[Information given]:
/---

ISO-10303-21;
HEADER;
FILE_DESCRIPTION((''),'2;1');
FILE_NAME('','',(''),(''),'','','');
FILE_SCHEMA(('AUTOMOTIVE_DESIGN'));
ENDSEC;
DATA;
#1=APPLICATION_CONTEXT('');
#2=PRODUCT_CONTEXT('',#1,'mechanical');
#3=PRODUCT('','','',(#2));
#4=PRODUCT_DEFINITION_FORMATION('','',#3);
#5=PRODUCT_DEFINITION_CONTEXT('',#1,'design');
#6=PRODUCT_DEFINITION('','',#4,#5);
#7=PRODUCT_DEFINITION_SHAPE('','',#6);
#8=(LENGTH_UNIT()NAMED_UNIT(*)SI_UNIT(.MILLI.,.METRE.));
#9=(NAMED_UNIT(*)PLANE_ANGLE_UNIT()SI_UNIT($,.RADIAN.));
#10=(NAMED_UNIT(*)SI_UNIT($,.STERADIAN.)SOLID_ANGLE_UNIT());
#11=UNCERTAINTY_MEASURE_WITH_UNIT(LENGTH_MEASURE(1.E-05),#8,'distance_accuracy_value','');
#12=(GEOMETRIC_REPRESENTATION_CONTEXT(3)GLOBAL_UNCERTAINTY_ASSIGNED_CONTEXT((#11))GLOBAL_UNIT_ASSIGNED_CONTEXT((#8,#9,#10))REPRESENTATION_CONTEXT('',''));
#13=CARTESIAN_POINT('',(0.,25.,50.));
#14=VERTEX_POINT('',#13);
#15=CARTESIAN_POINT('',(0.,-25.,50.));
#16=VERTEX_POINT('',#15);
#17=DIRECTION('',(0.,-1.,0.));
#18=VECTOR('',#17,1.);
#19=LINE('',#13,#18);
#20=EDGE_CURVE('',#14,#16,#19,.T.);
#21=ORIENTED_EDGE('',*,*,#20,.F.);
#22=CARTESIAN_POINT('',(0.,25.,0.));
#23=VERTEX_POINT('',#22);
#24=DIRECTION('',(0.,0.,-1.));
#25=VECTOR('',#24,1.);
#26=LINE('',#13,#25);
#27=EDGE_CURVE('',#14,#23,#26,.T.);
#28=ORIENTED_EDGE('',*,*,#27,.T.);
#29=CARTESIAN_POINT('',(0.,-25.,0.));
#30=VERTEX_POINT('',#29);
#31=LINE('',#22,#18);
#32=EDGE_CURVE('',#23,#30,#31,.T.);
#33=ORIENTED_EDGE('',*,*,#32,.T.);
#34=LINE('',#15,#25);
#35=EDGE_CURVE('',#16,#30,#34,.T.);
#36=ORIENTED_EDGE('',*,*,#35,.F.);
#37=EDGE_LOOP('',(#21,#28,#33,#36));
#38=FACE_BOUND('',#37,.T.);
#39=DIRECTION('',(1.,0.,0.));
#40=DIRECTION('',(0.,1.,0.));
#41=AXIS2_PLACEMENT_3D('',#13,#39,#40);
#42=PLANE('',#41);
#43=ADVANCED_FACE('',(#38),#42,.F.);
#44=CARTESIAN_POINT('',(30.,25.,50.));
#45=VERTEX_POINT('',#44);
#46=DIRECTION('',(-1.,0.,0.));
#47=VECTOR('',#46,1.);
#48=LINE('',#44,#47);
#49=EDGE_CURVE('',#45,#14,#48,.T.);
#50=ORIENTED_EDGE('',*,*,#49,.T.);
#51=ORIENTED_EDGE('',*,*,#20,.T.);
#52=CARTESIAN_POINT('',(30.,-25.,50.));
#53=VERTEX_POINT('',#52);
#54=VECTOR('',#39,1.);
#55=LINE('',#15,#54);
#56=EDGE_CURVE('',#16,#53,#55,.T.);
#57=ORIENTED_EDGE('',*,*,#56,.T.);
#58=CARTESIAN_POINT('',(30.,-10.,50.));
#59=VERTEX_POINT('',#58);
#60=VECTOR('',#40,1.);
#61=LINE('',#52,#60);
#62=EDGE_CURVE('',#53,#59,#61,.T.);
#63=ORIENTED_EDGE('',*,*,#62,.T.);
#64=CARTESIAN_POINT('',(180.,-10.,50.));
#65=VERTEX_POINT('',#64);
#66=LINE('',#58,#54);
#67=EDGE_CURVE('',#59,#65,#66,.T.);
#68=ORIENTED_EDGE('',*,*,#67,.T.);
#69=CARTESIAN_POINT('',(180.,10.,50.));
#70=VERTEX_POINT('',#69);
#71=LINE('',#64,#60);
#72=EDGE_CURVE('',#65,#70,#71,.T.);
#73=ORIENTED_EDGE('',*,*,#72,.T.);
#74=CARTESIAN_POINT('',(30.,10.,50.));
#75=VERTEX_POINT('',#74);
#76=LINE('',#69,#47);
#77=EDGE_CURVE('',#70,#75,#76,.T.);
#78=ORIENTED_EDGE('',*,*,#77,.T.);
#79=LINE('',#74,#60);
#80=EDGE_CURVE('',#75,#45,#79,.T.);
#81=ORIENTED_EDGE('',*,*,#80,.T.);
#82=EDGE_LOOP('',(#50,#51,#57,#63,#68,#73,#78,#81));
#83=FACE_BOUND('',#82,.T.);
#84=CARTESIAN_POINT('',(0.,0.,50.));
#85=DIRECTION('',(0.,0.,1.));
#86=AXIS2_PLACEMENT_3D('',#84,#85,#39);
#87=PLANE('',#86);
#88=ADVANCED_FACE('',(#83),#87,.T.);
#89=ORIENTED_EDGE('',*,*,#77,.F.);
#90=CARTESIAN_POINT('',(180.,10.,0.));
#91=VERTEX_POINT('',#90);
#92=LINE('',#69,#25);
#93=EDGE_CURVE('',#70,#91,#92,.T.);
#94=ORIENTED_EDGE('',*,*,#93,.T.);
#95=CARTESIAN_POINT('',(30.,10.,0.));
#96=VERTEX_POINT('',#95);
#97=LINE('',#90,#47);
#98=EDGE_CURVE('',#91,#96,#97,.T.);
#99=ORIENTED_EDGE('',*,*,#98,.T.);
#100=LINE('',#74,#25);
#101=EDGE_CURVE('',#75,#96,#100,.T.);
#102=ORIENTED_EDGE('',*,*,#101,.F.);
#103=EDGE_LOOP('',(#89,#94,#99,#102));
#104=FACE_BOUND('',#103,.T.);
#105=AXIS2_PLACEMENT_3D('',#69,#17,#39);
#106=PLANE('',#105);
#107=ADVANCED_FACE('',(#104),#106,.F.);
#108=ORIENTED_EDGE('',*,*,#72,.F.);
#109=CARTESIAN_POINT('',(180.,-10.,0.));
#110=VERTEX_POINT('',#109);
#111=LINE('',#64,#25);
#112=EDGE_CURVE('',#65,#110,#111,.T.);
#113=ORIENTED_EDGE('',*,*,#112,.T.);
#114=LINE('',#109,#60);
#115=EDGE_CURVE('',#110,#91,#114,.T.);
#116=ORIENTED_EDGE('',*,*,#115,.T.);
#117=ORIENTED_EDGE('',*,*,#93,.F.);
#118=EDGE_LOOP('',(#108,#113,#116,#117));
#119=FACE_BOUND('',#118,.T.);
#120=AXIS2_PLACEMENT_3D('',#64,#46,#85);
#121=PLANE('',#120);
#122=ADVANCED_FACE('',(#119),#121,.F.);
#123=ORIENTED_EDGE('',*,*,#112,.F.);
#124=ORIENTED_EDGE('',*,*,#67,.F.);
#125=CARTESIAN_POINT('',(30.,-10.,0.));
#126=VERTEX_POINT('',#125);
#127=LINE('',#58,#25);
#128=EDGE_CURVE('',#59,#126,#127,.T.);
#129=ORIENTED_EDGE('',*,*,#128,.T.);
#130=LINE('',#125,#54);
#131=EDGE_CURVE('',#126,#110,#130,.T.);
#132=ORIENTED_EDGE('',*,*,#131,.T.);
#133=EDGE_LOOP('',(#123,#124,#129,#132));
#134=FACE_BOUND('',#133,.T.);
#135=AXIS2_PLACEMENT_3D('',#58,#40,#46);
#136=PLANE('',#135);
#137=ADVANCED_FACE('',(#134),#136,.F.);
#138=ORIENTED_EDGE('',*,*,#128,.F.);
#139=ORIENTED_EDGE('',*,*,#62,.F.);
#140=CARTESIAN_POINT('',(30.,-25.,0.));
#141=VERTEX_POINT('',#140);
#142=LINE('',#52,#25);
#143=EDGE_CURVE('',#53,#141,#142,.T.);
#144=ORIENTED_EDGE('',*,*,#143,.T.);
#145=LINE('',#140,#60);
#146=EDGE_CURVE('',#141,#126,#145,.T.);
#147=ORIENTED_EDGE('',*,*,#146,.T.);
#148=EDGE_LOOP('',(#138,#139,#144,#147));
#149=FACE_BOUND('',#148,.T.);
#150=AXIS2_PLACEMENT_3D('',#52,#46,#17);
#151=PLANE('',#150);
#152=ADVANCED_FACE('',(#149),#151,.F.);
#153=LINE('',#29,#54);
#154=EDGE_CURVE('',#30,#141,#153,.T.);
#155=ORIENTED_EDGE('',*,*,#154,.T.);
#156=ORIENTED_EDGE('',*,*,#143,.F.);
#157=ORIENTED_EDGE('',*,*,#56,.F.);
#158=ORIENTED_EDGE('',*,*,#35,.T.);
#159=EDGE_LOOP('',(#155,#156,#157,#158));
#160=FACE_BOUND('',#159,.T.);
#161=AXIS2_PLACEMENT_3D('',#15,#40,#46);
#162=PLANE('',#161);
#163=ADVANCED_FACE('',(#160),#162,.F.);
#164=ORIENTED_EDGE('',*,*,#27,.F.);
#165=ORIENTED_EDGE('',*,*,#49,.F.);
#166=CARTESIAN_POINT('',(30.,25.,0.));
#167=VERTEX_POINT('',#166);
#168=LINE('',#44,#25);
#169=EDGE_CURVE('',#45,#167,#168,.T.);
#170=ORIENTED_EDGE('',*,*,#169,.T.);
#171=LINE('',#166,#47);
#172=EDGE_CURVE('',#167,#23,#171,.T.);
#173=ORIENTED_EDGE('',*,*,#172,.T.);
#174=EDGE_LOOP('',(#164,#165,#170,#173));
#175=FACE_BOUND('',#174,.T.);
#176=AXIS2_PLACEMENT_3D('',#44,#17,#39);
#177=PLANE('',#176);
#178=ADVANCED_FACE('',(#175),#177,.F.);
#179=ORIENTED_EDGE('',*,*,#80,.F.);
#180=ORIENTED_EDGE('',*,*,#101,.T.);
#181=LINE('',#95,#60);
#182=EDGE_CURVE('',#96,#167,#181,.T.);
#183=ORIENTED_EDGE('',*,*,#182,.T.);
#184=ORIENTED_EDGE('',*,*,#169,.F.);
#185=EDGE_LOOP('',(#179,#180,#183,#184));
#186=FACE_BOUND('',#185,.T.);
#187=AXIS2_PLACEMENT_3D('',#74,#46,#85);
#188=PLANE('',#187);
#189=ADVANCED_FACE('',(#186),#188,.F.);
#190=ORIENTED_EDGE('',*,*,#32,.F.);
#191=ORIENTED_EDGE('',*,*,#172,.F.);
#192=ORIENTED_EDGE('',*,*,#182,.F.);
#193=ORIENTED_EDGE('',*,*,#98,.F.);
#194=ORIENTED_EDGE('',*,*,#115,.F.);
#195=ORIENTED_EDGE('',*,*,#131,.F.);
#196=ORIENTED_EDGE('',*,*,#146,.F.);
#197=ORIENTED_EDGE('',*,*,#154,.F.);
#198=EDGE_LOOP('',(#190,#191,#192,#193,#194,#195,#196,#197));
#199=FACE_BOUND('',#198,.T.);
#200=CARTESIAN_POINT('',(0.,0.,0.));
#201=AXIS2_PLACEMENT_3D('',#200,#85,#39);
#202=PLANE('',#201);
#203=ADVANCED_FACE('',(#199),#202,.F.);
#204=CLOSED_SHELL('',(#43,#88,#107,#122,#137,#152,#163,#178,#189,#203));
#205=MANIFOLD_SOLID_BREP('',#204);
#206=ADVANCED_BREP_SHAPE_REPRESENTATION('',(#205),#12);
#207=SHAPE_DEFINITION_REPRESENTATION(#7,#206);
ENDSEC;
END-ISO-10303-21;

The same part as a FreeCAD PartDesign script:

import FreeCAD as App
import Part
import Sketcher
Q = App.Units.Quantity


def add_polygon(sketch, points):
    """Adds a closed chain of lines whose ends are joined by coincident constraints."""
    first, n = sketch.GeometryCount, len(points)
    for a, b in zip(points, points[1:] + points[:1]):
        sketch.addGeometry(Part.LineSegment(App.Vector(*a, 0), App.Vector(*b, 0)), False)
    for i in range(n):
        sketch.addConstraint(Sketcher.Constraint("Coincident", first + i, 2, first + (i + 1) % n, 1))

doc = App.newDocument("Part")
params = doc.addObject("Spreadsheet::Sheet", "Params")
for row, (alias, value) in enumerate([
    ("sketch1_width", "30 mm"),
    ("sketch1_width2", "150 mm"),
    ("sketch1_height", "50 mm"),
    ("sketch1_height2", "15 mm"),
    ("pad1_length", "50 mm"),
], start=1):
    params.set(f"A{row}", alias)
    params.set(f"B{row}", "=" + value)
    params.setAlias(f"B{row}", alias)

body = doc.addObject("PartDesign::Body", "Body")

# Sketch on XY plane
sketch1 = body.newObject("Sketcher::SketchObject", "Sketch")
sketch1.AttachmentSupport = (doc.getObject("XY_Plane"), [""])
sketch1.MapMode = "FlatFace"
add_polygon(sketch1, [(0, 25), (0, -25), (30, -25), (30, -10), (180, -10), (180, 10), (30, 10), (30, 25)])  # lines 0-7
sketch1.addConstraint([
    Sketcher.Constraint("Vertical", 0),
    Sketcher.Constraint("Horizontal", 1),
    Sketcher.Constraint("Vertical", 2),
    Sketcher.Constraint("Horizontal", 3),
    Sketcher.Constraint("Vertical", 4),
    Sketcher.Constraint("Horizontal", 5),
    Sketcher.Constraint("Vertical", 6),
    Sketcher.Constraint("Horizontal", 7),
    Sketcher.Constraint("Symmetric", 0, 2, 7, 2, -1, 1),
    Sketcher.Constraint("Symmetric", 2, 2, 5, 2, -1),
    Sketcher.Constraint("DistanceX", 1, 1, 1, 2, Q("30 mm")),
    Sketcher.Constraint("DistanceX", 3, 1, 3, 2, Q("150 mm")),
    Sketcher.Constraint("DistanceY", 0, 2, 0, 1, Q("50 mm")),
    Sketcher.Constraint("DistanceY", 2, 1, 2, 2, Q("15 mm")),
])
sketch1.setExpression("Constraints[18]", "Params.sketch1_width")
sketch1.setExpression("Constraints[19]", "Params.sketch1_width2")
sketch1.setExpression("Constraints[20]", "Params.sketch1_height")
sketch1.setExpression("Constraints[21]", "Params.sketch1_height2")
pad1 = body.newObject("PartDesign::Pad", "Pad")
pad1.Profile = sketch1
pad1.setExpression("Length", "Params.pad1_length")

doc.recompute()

\---

Restate the material word for word, but only from its first line through the line containing "#23=VERTEX_POINT('',#22);".

ISO-10303-21;
HEADER;
FILE_DESCRIPTION((''),'2;1');
FILE_NAME('','',(''),(''),'','','');
FILE_SCHEMA(('AUTOMOTIVE_DESIGN'));
ENDSEC;
DATA;
#1=APPLICATION_CONTEXT('');
#2=PRODUCT_CONTEXT('',#1,'mechanical');
#3=PRODUCT('','','',(#2));
#4=PRODUCT_DEFINITION_FORMATION('','',#3);
#5=PRODUCT_DEFINITION_CONTEXT('',#1,'design');
#6=PRODUCT_DEFINITION('','',#4,#5);
#7=PRODUCT_DEFINITION_SHAPE('','',#6);
#8=(LENGTH_UNIT()NAMED_UNIT(*)SI_UNIT(.MILLI.,.METRE.));
#9=(NAMED_UNIT(*)PLANE_ANGLE_UNIT()SI_UNIT($,.RADIAN.));
#10=(NAMED_UNIT(*)SI_UNIT($,.STERADIAN.)SOLID_ANGLE_UNIT());
#11=UNCERTAINTY_MEASURE_WITH_UNIT(LENGTH_MEASURE(1.E-05),#8,'distance_accuracy_value','');
#12=(GEOMETRIC_REPRESENTATION_CONTEXT(3)GLOBAL_UNCERTAINTY_ASSIGNED_CONTEXT((#11))GLOBAL_UNIT_ASSIGNED_CONTEXT((#8,#9,#10))REPRESENTATION_CONTEXT('',''));
#13=CARTESIAN_POINT('',(0.,25.,50.));
#14=VERTEX_POINT('',#13);
#15=CARTESIAN_POINT('',(0.,-25.,50.));
#16=VERTEX_POINT('',#15);
#17=DIRECTION('',(0.,-1.,0.));
#18=VECTOR('',#17,1.);
#19=LINE('',#13,#18);
#20=EDGE_CURVE('',#14,#16,#19,.T.);
#21=ORIENTED_EDGE('',*,*,#20,.F.);
#22=CARTESIAN_POINT('',(0.,25.,0.));
#23=VERTEX_POINT('',#22);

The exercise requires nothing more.